CNN's Sara Murray is on Capitol Hill where congressional leaders laid out their legal arguments for the criminal charge referrals.


SARA MURRAY, CNN POLITICAL CORRESPONDENT (voice-over): The House Select Committee investigating January 6 convening publicly one

last time.

REP. BENNIE THOMPSON (D-MS): He lost 2020 election and knew it. In the end, he summoned the mob to Washington and knowingly, they were armed and angry, pointed them to the Capitol and told them to fight like hell.

MURRAY: And laying out its case, the former President Donald Trump was ultimately responsible for the attack on the U.S. Capitol.

REP. LIZ CHENEY (R-WY): No man who would behave that way in that moment of time can ever serve in any position of authority in our nation again. He is unfit for any office.

MURRAY: The committee referring multiple crimes to the Justice Department that they say the former president committed while trying to stay in the White House.

RASKIN: We believe that the evidence described by my colleagues today and assemble throughout our hearings warrants a criminal referral of former President Donald J. Trump.

MURRAY: Including assessing or aiding an instruction, conspiracy to defraud the United States, obstruction of an official proceeding, and conspiracy to make false statements. It believes there's sufficient evidence for two others -- conspiracy to injure or impede an officer and seditious conspiracy.

The panel also refereeing attorney and Trump ally John Eastman to DOJ, but saying DOJ will have to determine who else should face prosecution. RASKIN: Our understanding of the role of many individuals may be

incomplete, even today, because they refused to answer our questions. We trust that the Department of Justice would be able to form a far more complete picture.

MURRAY: Republican lawmakers who snubs committee subpoenas referred to the House Ethics Committee.

After 17 months of investigating and roughly 1,000 witness interviews, the committee determined that Trump knew the fraud allegations he was pushing referral false, but continue to amplify them anyway.

REP. ZOE LOFGREN (D-CA): The committee has evidence that ex-President Trump planned to declare victory and unlawfully to call for the vote counting to stop, and that he told numerous allies about his intent in the weeks before the election.


DONALD TRUMP, FORMER PRESIDENT: Hope, say a couple words.

MURRAY: Even some of Trump's closest allies like Hope Hicks worry the bogus fraud claims were damaging his legacy, Trump persisted.

HOPE HICKS, FORMER TRUMP AIDE: He said something along the long lines of, you know, nobody will care about my legacy if I lose. So, that won't matter. The only thing that matters is winning.

MURRAY: Trump work on a scheme to transmit false Electoral College ballots and replace Department of Justice leadership with one that would do his bidding, even pressuring his own vice president.

REP. PETE AGUILAR (D-CA): President Trump spearheaded an unprecedented campaign to coerce him to do it anyway, ultimately culminating in a dangerous threat to Mr.

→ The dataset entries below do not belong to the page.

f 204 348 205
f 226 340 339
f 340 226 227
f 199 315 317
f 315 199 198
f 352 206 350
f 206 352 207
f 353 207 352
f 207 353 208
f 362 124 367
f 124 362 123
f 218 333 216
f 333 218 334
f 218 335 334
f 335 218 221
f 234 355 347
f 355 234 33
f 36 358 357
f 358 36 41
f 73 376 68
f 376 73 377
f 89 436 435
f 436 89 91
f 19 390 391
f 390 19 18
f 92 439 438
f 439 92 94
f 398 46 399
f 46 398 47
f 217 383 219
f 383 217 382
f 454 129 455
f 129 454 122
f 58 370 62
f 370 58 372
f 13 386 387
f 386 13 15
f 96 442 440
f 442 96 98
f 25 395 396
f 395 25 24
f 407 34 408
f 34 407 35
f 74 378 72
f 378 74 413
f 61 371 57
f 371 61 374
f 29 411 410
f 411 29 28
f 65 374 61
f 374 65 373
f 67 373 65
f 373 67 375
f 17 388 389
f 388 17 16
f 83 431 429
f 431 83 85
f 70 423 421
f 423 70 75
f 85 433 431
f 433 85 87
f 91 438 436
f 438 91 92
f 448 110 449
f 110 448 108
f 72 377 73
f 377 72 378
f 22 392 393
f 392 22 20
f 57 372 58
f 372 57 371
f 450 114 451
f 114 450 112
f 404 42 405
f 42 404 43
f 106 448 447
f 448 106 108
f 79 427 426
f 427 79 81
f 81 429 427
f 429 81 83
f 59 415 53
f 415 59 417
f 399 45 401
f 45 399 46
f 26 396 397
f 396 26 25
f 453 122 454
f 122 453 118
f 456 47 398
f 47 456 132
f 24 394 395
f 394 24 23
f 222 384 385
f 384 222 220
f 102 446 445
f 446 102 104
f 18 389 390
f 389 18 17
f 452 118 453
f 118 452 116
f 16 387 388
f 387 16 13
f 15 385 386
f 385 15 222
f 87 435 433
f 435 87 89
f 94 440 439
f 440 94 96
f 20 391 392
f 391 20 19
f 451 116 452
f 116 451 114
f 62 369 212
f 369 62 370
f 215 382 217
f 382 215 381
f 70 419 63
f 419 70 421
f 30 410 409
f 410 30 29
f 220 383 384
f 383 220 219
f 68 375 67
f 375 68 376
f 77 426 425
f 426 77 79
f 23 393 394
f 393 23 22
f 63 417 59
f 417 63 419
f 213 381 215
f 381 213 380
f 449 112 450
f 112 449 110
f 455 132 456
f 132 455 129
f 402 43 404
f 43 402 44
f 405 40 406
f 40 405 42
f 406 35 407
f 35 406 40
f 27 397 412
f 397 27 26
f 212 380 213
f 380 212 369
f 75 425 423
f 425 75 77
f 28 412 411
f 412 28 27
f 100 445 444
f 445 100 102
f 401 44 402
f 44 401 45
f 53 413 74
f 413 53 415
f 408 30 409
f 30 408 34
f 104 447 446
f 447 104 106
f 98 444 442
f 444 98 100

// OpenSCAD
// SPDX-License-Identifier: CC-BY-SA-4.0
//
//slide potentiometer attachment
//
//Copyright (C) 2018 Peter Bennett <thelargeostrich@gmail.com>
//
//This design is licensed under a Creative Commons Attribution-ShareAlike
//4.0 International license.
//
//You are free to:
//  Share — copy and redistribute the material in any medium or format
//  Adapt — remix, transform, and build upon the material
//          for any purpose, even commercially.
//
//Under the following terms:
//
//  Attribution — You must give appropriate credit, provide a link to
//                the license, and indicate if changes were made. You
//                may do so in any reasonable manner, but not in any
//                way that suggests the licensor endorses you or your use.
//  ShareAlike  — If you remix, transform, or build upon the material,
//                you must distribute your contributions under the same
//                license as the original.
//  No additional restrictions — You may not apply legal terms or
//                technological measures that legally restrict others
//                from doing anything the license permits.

Pence's life on January 6th.

MURRAY: The committee also highlighting Trump's $250 million fundraising call between the election and January 6th raised primarily off claims of election fraud that did not exist. Questioning whether any of the money was used to pay lawyers who may have tried to obstruct the congressional investigation and evidence from one unnamed witness who was urged to stay loyal to Trump.

LOFGREN: The witness believed this was an effort to affect her testimony and we are concerned that these efforts may have been a strategy to prevent the committee from finding the truth.

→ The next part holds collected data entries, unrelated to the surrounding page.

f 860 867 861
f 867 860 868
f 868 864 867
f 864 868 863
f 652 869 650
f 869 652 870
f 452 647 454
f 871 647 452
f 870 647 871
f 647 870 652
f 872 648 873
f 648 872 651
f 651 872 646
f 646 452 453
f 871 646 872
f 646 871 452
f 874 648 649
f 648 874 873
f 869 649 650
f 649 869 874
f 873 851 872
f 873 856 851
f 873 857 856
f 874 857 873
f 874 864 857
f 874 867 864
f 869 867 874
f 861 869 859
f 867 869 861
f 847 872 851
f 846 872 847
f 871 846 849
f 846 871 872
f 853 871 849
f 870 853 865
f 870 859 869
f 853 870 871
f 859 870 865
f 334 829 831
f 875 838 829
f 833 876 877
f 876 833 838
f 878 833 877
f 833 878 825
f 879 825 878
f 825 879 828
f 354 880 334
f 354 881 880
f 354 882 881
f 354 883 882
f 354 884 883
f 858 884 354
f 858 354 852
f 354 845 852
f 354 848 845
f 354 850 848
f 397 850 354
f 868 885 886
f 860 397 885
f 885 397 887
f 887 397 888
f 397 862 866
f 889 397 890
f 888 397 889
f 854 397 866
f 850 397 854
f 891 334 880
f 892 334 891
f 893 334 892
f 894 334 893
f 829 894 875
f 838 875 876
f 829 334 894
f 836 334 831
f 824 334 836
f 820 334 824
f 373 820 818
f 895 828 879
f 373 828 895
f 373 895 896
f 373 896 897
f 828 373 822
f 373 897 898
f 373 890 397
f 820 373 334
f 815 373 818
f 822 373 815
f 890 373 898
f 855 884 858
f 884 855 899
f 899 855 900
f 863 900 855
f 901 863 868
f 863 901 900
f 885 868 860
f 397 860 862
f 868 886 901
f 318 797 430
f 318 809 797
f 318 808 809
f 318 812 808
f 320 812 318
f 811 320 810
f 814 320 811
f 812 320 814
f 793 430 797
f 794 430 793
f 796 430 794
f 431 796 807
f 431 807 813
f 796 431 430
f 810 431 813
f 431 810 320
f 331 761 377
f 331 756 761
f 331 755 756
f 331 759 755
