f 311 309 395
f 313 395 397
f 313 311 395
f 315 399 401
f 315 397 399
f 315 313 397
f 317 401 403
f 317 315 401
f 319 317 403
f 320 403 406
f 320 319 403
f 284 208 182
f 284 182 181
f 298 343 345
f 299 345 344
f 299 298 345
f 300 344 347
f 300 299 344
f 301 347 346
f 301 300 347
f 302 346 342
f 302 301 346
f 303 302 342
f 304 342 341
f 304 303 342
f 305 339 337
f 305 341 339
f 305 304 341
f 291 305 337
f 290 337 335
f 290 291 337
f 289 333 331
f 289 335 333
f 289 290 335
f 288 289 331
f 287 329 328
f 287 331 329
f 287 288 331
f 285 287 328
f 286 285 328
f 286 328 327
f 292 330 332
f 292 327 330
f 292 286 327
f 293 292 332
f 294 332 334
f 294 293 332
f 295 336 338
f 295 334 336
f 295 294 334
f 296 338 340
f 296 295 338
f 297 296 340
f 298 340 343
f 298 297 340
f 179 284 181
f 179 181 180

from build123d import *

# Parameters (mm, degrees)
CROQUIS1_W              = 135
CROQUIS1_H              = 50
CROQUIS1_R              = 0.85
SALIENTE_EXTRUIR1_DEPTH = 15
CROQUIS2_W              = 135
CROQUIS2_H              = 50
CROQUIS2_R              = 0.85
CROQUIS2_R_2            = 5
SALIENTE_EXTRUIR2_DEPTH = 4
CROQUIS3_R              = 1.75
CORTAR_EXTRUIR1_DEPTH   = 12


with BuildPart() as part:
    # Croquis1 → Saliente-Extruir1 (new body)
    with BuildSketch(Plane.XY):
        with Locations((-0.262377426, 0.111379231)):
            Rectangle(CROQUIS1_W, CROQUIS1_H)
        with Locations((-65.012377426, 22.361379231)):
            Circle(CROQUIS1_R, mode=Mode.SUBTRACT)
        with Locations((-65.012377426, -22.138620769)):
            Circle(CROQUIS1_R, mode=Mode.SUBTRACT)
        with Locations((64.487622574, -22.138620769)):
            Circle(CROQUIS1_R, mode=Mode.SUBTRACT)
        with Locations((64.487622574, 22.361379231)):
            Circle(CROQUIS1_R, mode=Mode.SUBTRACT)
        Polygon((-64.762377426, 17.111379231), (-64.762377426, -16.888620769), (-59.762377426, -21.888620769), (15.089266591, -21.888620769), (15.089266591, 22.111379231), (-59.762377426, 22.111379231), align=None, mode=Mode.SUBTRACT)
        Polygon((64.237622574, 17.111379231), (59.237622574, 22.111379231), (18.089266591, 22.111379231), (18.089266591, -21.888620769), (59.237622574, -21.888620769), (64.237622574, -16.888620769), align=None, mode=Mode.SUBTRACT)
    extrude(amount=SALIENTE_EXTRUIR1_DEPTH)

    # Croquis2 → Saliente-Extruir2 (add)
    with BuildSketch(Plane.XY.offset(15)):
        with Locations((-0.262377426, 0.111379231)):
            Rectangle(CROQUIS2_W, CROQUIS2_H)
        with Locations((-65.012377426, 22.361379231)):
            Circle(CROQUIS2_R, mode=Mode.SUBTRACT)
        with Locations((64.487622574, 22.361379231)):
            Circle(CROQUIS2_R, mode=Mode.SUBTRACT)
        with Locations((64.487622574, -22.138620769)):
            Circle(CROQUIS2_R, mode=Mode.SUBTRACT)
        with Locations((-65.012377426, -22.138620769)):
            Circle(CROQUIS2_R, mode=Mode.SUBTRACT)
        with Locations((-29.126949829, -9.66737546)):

MURRAY (on camera): Now, look, DOJ may be interested in evidence that the committee has to provide, if they do believe that there are some kind of Trump obstruction but I think what we are already hearing from witnesses, including that lawyer from John Eastman is that these referrals from the committee are not legally binding, they don't hold any more weight and referral from an American citizen. The attorney from Eastman also said that the committee missed an opportunity to make a real legislative changes by pursuing a pretend criminal case -- Jake.

TAPPER: All right. Sara Murray on Capitol Hill for us, thank you so much.

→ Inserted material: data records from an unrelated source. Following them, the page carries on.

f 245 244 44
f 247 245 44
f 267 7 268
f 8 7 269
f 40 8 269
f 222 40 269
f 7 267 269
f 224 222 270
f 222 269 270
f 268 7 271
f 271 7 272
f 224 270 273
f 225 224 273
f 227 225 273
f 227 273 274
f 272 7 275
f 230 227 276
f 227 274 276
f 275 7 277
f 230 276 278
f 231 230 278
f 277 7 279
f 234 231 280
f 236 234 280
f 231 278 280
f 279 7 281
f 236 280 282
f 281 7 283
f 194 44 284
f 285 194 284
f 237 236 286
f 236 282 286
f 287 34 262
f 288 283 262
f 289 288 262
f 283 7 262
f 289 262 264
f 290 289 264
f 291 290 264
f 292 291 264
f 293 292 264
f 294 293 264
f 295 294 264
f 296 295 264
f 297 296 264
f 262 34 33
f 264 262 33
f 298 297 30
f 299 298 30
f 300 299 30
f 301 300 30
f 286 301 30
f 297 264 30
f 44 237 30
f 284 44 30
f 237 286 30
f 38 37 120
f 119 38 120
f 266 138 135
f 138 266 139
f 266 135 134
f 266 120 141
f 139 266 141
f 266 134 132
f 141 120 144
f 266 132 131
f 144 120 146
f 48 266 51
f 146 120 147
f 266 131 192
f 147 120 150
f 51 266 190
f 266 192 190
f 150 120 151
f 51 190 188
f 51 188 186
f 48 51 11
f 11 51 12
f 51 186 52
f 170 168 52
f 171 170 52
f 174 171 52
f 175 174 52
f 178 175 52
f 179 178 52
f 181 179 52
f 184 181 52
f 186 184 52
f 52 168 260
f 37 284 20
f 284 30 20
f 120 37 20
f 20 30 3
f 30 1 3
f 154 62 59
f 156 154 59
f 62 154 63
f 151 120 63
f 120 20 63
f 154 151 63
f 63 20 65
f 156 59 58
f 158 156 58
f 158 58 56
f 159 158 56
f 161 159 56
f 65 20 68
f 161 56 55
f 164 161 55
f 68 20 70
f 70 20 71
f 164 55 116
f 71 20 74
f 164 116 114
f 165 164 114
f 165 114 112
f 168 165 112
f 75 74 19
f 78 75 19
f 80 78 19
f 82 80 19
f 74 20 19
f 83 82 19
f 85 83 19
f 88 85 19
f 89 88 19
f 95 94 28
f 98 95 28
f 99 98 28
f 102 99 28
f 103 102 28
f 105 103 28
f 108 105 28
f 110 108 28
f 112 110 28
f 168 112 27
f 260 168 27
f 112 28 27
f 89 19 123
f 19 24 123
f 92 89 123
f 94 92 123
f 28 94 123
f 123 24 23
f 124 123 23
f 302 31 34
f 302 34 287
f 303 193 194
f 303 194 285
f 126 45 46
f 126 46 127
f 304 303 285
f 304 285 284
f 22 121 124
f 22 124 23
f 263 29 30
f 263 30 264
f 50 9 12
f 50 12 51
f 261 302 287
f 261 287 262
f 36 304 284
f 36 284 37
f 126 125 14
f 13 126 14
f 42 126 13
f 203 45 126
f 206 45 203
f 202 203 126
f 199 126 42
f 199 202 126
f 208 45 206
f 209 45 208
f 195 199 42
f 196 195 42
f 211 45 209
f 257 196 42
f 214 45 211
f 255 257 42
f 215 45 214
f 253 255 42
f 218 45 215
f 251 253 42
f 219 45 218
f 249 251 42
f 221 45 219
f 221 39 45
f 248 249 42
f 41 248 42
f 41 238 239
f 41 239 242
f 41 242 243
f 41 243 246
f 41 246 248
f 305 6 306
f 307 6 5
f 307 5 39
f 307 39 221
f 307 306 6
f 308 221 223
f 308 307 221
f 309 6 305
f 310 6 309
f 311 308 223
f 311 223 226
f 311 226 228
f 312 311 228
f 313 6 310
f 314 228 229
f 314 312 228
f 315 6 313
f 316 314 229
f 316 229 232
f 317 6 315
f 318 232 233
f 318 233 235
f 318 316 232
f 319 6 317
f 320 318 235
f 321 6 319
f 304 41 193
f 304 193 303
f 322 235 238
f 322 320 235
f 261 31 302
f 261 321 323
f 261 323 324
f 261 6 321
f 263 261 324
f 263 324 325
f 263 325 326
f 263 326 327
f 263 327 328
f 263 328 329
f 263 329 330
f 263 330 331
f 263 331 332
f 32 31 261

Let's bring in January 6 committee member, Democratic Congresswoman Elaine Luria of Virginia.

First, let me just get your response to the attorney from Mr. Eastman saying that these referrals carry more no more weight than any other referral from any other American citizen and basically attacking the committee?

REP. ELAINE LURIA (D-VA): Well, I think this has been a standard practice over the course of our investigation that people attempt to attack the committee, discredit the committee, rather than focus on the issue here, is that we have a former president of the United States who essentially attempted to stay in office after he lost an election.

TAPPER: There's also a comment that Mike Pence made, he attacked the partisan nature of the committee, blah, blah, blah. But the other thing that I thought was interesting is this is how he spins it. He said today, look, as I wrote in my book, I think the president's actions and words on January 6 were reckless, but I don't know that it's criminal to take bad advice from lawyers.

What do you -- what do you make of that?

LURIA: I'm actually kind of tired of Mike Pence trying to have it both ways. You know, he really either take the limelight and likes to be portrayed as a hero because he did his job and follow the law, but at the same time, then goes back and tries to attack a committee that is bipartisan. Really, it's one of the most bipartisan committees in the House in the way we were together in presented the evidence.

And the facts are the facts. And, you know, he has tried to discredit in the public sphere. Many of try to undermine the nature of the composition of the committee through the courts in the course clearly redacted that.

The truth is, we did our jobs as a congressional committee. As for oversight and legislation, we laid out the facts. We painted a very a clear picture for the American people of what led up to and happened on that day. It's spelled out in our report. The executive summary is out today and later this week, the full comprehensive report will be out along with all of the testimony.

In the executive summary, look at the witnesses we have in there. You know, 99 percent of them are Republicans who served in the Trump administration and many of them were appointed by Trump himself and confirmed by his Republican Senate. And those are the people that had the courage to come forward and talk with facts. So, people who continue to question the committee and turn undermined the committee as a committee that was in Congress Mr. Eastman's lawyer said, you know, it wasn't worth anymore then potentially an assistant say at, you know, it's kind of hot air. It's deflection, I think. And, you know, to get back to the point, is all of this should be focused on the facts. And we laid that out today in our referrals.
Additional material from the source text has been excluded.